WHAT IS REQUIRED —
For the records below, print the lines from the line with "#59=EDGE_LOOP('',(#58));" through the line with "#68=FACE_BOUND('',#67,.T.);" exactly as written; include both end lines and exclude the rest.

Stored data
■ ■ ■ ■ ■
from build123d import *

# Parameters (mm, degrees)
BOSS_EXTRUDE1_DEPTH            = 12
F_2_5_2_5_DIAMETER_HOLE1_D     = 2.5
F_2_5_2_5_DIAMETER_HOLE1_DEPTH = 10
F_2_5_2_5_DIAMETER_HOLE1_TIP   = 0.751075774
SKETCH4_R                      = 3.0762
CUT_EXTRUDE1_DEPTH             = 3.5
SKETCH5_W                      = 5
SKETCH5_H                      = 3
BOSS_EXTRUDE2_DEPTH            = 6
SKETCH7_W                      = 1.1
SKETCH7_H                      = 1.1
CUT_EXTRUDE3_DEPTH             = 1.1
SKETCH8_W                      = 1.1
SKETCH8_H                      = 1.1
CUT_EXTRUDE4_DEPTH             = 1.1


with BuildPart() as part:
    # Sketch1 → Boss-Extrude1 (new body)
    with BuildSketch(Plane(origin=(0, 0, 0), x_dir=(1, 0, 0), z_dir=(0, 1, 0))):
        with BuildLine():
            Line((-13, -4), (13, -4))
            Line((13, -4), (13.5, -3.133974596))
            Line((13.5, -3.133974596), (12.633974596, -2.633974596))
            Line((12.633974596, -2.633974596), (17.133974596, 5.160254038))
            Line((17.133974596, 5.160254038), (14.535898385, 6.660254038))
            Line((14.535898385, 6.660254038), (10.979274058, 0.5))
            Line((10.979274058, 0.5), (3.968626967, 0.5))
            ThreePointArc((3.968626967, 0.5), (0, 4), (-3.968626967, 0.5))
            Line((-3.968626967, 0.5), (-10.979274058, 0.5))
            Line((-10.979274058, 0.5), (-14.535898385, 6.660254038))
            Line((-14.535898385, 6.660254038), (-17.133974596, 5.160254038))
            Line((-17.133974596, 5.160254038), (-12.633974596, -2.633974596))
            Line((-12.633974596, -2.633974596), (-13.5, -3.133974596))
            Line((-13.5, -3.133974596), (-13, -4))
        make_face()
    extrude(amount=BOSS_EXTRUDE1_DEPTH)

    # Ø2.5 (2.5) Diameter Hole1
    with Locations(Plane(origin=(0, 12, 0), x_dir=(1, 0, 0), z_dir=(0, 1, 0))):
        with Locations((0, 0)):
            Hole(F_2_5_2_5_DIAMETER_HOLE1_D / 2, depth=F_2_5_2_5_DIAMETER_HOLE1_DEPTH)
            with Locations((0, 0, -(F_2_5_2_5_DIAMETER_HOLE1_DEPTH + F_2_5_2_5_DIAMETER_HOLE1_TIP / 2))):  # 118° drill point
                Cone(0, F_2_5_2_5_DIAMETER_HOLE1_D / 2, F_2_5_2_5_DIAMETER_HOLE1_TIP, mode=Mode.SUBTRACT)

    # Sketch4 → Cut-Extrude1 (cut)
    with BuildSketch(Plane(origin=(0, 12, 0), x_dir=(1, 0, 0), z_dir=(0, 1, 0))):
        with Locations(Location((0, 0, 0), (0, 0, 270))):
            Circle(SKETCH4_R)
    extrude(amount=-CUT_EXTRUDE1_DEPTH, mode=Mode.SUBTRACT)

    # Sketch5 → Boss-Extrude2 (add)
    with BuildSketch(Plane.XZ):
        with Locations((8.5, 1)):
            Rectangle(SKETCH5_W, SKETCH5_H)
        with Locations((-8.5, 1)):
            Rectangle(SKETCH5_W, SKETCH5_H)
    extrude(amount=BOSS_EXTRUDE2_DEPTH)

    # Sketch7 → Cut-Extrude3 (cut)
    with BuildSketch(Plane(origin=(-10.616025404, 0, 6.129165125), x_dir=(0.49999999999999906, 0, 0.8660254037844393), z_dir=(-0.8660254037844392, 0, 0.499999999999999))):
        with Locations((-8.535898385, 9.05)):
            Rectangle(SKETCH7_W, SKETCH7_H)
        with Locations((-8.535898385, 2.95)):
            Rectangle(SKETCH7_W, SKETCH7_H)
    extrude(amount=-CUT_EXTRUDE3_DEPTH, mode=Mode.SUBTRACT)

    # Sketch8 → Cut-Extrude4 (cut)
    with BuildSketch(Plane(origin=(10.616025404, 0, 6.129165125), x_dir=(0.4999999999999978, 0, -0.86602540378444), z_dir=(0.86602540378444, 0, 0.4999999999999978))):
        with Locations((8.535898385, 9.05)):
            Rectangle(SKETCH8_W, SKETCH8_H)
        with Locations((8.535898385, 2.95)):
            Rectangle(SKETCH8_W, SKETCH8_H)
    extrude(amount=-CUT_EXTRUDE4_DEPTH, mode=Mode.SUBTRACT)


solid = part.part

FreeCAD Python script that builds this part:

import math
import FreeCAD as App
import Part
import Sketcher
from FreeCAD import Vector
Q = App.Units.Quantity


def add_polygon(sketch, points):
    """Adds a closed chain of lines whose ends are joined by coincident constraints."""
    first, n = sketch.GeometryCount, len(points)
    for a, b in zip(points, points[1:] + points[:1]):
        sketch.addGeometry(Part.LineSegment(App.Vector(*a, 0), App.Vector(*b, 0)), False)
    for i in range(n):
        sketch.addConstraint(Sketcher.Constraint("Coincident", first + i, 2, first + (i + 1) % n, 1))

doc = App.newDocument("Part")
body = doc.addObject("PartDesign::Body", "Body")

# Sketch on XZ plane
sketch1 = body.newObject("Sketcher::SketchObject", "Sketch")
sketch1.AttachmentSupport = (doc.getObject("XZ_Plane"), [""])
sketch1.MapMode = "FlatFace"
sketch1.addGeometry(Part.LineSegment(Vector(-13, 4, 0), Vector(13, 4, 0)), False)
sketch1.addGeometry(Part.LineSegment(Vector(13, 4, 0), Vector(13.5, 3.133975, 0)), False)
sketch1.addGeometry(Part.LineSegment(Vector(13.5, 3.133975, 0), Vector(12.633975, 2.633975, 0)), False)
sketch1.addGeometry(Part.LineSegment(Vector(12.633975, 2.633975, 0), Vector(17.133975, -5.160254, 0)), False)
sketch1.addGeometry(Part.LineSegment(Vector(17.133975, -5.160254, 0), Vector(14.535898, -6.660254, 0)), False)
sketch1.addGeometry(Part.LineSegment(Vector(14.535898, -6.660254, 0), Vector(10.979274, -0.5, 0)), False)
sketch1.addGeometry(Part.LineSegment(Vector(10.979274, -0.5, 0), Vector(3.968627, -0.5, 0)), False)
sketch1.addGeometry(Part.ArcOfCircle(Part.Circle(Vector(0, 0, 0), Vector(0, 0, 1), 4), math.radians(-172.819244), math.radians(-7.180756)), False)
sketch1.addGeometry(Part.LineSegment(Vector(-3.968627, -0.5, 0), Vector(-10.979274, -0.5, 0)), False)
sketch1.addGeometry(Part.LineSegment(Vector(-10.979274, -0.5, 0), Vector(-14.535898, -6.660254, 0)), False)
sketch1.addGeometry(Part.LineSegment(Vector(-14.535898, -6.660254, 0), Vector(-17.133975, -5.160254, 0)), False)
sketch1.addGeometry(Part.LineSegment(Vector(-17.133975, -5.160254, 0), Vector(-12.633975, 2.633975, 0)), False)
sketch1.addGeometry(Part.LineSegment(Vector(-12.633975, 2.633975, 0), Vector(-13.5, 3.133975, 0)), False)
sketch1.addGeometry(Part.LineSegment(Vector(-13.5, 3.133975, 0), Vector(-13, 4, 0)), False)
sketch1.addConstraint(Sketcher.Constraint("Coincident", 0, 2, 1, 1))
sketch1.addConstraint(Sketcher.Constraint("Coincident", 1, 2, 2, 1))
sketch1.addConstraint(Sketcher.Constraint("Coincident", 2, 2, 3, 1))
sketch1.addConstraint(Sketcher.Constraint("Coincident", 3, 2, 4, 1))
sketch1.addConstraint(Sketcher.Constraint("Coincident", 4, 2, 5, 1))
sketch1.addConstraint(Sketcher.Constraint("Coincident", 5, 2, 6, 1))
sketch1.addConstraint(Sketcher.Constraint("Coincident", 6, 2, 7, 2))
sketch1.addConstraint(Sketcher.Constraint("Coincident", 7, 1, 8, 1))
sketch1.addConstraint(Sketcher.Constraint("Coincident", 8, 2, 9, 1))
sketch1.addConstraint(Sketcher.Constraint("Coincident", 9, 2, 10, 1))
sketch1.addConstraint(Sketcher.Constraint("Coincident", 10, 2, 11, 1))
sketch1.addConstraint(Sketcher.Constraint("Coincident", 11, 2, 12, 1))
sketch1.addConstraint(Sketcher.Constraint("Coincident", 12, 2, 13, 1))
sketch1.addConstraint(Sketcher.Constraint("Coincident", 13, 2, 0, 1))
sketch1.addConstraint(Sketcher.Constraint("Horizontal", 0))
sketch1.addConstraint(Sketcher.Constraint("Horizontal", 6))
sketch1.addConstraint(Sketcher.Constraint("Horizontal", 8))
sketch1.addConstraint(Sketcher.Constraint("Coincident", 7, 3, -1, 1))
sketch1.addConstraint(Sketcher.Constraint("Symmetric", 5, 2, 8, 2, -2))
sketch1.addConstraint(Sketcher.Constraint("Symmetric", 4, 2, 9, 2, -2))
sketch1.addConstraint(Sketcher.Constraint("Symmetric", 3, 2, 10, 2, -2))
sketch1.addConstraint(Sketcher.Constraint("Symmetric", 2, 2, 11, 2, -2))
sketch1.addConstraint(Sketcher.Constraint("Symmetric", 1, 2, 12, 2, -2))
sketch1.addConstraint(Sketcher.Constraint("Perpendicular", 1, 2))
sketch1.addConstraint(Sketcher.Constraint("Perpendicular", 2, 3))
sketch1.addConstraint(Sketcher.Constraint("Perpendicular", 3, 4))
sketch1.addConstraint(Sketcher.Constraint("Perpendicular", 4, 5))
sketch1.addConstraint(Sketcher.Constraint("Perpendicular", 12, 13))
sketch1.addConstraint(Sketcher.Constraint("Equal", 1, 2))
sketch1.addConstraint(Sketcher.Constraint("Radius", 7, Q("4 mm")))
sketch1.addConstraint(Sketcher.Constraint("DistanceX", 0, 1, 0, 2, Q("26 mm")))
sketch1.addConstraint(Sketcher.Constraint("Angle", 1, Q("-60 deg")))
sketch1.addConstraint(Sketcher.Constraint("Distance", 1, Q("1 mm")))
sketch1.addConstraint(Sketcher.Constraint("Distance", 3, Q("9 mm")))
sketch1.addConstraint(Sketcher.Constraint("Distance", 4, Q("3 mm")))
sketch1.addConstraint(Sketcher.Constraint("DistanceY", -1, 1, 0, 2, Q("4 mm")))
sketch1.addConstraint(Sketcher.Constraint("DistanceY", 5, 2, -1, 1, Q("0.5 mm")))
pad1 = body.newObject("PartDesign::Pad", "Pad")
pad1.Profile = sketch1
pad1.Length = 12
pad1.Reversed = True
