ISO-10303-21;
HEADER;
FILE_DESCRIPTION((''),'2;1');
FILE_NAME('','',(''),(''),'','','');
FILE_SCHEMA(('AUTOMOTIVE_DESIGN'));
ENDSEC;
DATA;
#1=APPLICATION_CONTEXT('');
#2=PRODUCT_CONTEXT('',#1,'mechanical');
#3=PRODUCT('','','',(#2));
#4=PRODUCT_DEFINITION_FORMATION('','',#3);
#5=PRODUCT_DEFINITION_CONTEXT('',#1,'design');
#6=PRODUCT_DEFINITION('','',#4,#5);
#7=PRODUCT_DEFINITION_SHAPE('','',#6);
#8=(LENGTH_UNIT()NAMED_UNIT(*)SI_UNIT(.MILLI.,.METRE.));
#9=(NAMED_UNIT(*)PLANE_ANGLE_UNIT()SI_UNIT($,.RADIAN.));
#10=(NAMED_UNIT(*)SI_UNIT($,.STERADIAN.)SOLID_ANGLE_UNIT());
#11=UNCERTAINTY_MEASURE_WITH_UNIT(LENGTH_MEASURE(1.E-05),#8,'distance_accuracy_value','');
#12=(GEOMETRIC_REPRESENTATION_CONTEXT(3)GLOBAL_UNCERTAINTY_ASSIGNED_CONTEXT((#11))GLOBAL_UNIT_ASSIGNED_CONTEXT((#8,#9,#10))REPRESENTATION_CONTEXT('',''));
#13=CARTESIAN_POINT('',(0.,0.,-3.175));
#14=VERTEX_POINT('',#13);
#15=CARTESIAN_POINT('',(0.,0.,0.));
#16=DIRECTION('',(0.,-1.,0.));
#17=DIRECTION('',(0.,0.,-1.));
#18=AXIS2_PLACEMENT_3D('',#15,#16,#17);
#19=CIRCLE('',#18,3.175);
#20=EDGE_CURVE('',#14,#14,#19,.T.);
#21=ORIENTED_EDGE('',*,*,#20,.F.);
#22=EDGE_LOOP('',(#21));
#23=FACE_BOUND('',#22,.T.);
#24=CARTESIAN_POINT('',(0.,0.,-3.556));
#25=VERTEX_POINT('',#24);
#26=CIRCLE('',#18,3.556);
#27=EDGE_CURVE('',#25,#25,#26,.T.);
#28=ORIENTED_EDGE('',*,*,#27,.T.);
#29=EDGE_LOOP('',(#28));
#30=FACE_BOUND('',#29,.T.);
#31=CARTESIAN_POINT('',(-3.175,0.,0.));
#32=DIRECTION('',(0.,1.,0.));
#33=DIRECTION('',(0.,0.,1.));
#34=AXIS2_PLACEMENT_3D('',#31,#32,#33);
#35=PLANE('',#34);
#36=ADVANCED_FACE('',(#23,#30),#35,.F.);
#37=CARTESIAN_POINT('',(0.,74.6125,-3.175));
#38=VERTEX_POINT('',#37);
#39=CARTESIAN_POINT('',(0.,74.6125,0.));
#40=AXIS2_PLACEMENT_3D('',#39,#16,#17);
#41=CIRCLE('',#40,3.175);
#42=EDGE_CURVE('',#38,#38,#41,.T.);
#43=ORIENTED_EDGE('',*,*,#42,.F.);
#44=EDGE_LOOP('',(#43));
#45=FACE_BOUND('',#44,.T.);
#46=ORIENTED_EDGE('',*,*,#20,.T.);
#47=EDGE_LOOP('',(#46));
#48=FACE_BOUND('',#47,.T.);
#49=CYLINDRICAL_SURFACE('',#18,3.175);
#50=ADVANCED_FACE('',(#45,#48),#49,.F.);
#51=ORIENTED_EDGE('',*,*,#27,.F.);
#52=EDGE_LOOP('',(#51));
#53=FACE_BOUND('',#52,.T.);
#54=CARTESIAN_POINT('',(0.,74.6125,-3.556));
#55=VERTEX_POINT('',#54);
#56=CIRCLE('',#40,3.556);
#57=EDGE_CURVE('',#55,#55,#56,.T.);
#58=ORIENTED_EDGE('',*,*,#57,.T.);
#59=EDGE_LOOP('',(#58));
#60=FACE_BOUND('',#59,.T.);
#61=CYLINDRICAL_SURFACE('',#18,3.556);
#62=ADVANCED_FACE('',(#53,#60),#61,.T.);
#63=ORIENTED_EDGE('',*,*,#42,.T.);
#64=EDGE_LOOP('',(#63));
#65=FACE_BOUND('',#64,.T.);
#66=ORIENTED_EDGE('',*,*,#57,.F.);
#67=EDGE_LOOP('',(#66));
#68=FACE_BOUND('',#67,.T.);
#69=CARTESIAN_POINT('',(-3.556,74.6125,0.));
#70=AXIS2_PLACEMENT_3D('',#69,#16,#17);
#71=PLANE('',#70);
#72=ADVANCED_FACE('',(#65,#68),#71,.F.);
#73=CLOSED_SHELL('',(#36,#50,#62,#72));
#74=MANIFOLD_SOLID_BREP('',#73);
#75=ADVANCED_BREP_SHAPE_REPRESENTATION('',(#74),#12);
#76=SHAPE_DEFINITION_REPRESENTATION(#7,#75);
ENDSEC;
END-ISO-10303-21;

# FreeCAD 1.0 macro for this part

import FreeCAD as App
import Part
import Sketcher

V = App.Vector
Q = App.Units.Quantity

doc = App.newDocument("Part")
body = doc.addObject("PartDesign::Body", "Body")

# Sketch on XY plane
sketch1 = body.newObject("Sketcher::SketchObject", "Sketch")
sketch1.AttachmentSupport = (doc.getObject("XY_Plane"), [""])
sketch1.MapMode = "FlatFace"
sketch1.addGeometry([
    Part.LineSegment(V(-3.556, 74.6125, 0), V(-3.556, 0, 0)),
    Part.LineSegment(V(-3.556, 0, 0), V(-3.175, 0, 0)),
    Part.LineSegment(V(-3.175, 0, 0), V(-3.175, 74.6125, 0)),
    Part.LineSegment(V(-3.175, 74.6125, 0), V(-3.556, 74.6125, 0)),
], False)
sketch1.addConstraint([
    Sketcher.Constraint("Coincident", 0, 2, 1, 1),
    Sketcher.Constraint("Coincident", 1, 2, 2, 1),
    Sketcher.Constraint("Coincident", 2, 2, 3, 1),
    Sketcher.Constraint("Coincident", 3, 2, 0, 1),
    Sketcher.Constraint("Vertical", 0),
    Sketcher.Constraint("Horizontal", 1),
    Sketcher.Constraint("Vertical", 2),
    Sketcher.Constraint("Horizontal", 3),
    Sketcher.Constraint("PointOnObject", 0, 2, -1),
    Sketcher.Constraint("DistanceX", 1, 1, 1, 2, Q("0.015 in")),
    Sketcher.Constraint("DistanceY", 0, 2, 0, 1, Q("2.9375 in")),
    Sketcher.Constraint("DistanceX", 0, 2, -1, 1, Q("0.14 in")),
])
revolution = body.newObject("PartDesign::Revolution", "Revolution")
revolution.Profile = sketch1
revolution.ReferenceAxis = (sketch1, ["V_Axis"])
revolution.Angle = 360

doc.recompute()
■ ■ ■ ■ ■
RESULT OF THIS TASK —
#59=EDGE_LOOP('',(#58));
#60=FACE_BOUND('',#59,.T.);
#61=CYLINDRICAL_SURFACE('',#18,3.556);
#62=ADVANCED_FACE('',(#53,#60),#61,.T.);
#63=ORIENTED_EDGE('',*,*,#42,.T.);
#64=EDGE_LOOP('',(#63));
#65=FACE_BOUND('',#64,.T.);
#66=ORIENTED_EDGE('',*,*,#57,.F.);
#67=EDGE_LOOP('',(#66));
#68=FACE_BOUND('',#67,.T.);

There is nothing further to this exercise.